§ **YOUR ASSIGNMENT**: Nothing outside the stretch is wanted. Repeat exactly the lines of the listing below from the one that contains "e11 v10 v12 LINE" through the one that contains "Rebuilt in FreeCAD, every", both ends included.
⟨
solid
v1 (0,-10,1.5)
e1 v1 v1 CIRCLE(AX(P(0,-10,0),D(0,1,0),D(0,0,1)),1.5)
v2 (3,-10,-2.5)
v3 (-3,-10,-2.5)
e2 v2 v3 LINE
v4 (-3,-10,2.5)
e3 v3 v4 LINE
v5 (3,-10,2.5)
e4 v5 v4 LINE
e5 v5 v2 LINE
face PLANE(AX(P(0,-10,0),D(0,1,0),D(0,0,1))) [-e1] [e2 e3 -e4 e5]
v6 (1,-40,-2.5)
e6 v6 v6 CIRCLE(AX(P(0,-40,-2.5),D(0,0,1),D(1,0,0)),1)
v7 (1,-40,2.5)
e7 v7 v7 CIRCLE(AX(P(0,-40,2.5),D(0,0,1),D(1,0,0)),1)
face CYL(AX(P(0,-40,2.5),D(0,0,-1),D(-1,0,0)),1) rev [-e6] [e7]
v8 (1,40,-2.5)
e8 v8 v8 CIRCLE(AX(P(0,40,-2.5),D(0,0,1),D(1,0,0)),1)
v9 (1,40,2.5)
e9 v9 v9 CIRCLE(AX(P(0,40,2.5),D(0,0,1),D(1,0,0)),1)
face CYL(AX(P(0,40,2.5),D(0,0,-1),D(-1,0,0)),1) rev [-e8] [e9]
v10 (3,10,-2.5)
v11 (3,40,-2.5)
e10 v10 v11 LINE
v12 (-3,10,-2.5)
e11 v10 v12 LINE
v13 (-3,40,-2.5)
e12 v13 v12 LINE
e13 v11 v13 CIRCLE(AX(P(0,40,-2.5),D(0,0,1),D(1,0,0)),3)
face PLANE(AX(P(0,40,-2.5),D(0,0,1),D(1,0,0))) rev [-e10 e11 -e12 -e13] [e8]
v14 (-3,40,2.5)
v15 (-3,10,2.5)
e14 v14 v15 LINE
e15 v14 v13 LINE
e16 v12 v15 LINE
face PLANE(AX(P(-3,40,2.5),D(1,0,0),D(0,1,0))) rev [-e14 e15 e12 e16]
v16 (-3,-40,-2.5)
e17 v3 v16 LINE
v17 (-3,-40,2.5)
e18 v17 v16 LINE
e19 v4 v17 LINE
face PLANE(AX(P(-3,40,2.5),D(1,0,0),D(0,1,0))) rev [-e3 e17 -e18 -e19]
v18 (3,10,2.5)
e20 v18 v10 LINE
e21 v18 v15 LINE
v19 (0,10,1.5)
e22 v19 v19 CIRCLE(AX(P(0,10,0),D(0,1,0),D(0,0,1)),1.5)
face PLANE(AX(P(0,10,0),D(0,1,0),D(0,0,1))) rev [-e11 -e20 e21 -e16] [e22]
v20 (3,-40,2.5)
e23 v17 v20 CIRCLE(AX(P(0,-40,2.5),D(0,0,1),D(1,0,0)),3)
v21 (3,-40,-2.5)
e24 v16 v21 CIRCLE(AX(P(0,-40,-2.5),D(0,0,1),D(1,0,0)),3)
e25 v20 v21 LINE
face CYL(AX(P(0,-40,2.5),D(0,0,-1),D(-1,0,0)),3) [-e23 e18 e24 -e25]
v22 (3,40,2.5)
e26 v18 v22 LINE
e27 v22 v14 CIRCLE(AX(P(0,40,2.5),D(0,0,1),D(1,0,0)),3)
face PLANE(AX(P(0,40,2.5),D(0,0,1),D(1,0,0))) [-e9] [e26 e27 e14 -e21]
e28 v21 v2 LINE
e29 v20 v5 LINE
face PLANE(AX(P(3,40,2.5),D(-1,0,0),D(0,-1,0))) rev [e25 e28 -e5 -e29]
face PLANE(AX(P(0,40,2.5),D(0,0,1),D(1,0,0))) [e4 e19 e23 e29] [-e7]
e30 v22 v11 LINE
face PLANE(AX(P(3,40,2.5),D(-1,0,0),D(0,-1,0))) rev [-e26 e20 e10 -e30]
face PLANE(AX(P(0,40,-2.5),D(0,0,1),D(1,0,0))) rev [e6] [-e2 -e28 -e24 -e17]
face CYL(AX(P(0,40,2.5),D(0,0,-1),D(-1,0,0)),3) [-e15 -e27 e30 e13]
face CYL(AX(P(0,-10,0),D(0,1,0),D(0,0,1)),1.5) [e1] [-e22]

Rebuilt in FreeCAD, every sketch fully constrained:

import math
import FreeCAD as App
import Part
import Sketcher
Q = App.Units.Quantity

doc = App.newDocument("Part")
body = doc.addObject("PartDesign::Body", "Body")

# Sketch on XY plane
sketch1 = doc.addObject("Sketcher::SketchObject", "Sketch")
body.addObject(sketch1)
sketch1.AttachmentSupport = (doc.XY_Plane, [""])
sketch1.MapMode = "FlatFace"
sketch1.addGeometry([
    Part.LineSegment(App.Vector(3, -80, 0), App.Vector(3, 0, 0)),  # 0
    Part.ArcOfCircle(Part.Circle(App.Vector(0, 0, 0), App.Vector(0, 0, 1), 3), math.radians(0), math.radians(180)),  # 1
    Part.LineSegment(App.Vector(-3, 0, 0), App.Vector(-3, -80, 0)),  # 2
    Part.ArcOfCircle(Part.Circle(App.Vector(0, -80, 0), App.Vector(0, 0, 1), 3), math.radians(180), math.radians(360)),  # 3
    Part.Circle(App.Vector(0, -80, 0), App.Vector(0, 0, 1), 1),  # 4
    Part.Circle(App.Vector(0, 0, 0), App.Vector(0, 0, 1), 1),  # 5
], False)
sketch1.addConstraint([
    Sketcher.Constraint("Tangent", 0, 2, 1, 1),
    Sketcher.Constraint("Tangent", 1, 2, 2, 1),
    Sketcher.Constraint("Tangent", 2, 2, 3, 1),
    Sketcher.Constraint("Tangent", 3, 2, 0, 1),
    Sketcher.Constraint("Vertical", 0),
    Sketcher.Constraint("Vertical", 2),
    Sketcher.Constraint("Coincident", 1, 3, -1, 1),
    Sketcher.Constraint("Coincident", 5, 3, -1, 1),
    Sketcher.Constraint("Coincident", 4, 3, 3, 3),
    Sketcher.Constraint("Equal", 4, 5),
    Sketcher.Constraint("Diameter", 4, Q("2 mm")),
    Sketcher.Constraint("Radius", 1, Q("3 mm")),
    Sketcher.Constraint("DistanceY", 0, 1, 0, 2, Q("80 mm")),
])
pad1 = doc.addObject("PartDesign::Pad", "Pad")
body.addObject(pad1)
pad1.Profile = sketch1
pad1.Length = 5
pad1.Midplane = True
body2 = doc.addObject("PartDesign::Body", "Body001")
doc.recompute()

body.Placement = App.Placement(App.Vector(0, 40, 0), App.Rotation(App.Vector(0, 0, 1), 0))
boolean = doc.addObject("PartDesign::Boolean", "Boolean")
body2.addObject(boolean)
boolean.Type = "Fuse"
boolean.addObjects([body])

# Sketch on XZ plane
sketch2 = doc.addObject("Sketcher::SketchObject", "Sketch001")
body2.addObject(sketch2)
sketch2.AttachmentSupport = (doc.getObject("XZ_Plane001"), [""])
sketch2.MapMode = "FlatFace"
sketch2.addGeometry([
    Part.Circle(App.Vector(0, 0, 0), App.Vector(0, 0, 1), 5.3),
    Part.Circle(App.Vector(0, 0, 0), App.Vector(0, 0, 1), 1.5),
], False)
sketch2.addConstraint([
    Sketcher.Constraint("Coincident", 0, 3, -1, 1),
    Sketcher.Constraint("Coincident", 1, 3, -1, 1),
    Sketcher.Constraint("Diameter", 1, Q("3 mm")),
    Sketcher.Constraint("Diameter", 0, Q("10.683631 mm")),
])
pocket1 = doc.addObject("PartDesign::Pocket", "Pocket")
body2.addObject(pocket1)
pocket1.Profile = sketch2
pocket1.Length = 20
pocket1.Midplane = True

doc.recompute()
⟩
§ **ANSWER BOX**:
e11 v10 v12 LINE
v13 (-3,40,-2.5)
e12 v13 v12 LINE
e13 v11 v13 CIRCLE(AX(P(0,40,-2.5),D(0,0,1),D(1,0,0)),3)
face PLANE(AX(P(0,40,-2.5),D(0,0,1),D(1,0,0))) rev [-e10 e11 -e12 -e13] [e8]
v14 (-3,40,2.5)
v15 (-3,10,2.5)
e14 v14 v15 LINE
e15 v14 v13 LINE
e16 v12 v15 LINE
face PLANE(AX(P(-3,40,2.5),D(1,0,0),D(0,1,0))) rev [-e14 e15 e12 e16]
v16 (-3,-40,-2.5)
e17 v3 v16 LINE
v17 (-3,-40,2.5)
e18 v17 v16 LINE
e19 v4 v17 LINE
face PLANE(AX(P(-3,40,2.5),D(1,0,0),D(0,1,0))) rev [-e3 e17 -e18 -e19]
v18 (3,10,2.5)
e20 v18 v10 LINE
e21 v18 v15 LINE
v19 (0,10,1.5)
e22 v19 v19 CIRCLE(AX(P(0,10,0),D(0,1,0),D(0,0,1)),1.5)
face PLANE(AX(P(0,10,0),D(0,1,0),D(0,0,1))) rev [-e11 -e20 e21 -e16] [e22]
v20 (3,-40,2.5)
e23 v17 v20 CIRCLE(AX(P(0,-40,2.5),D(0,0,1),D(1,0,0)),3)
v21 (3,-40,-2.5)
e24 v16 v21 CIRCLE(AX(P(0,-40,-2.5),D(0,0,1),D(1,0,0)),3)
e25 v20 v21 LINE
face CYL(AX(P(0,-40,2.5),D(0,0,-1),D(-1,0,0)),3) [-e23 e18 e24 -e25]
v22 (3,40,2.5)
e26 v18 v22 LINE
e27 v22 v14 CIRCLE(AX(P(0,40,2.5),D(0,0,1),D(1,0,0)),3)
face PLANE(AX(P(0,40,2.5),D(0,0,1),D(1,0,0))) [-e9] [e26 e27 e14 -e21]
e28 v21 v2 LINE
e29 v20 v5 LINE
face PLANE(AX(P(3,40,2.5),D(-1,0,0),D(0,-1,0))) rev [e25 e28 -e5 -e29]
face PLANE(AX(P(0,40,2.5),D(0,0,1),D(1,0,0))) [e4 e19 e23 e29] [-e7]
e30 v22 v11 LINE
face PLANE(AX(P(3,40,2.5),D(-1,0,0),D(0,-1,0))) rev [-e26 e20 e10 -e30]
face PLANE(AX(P(0,40,-2.5),D(0,0,1),D(1,0,0))) rev [e6] [-e2 -e28 -e24 -e17]
face CYL(AX(P(0,40,2.5),D(0,0,-1),D(-1,0,0)),3) [-e15 -e27 e30 e13]
face CYL(AX(P(0,-10,0),D(0,1,0),D(0,0,1)),1.5) [e1] [-e22]

Rebuilt in FreeCAD, every sketch fully constrained:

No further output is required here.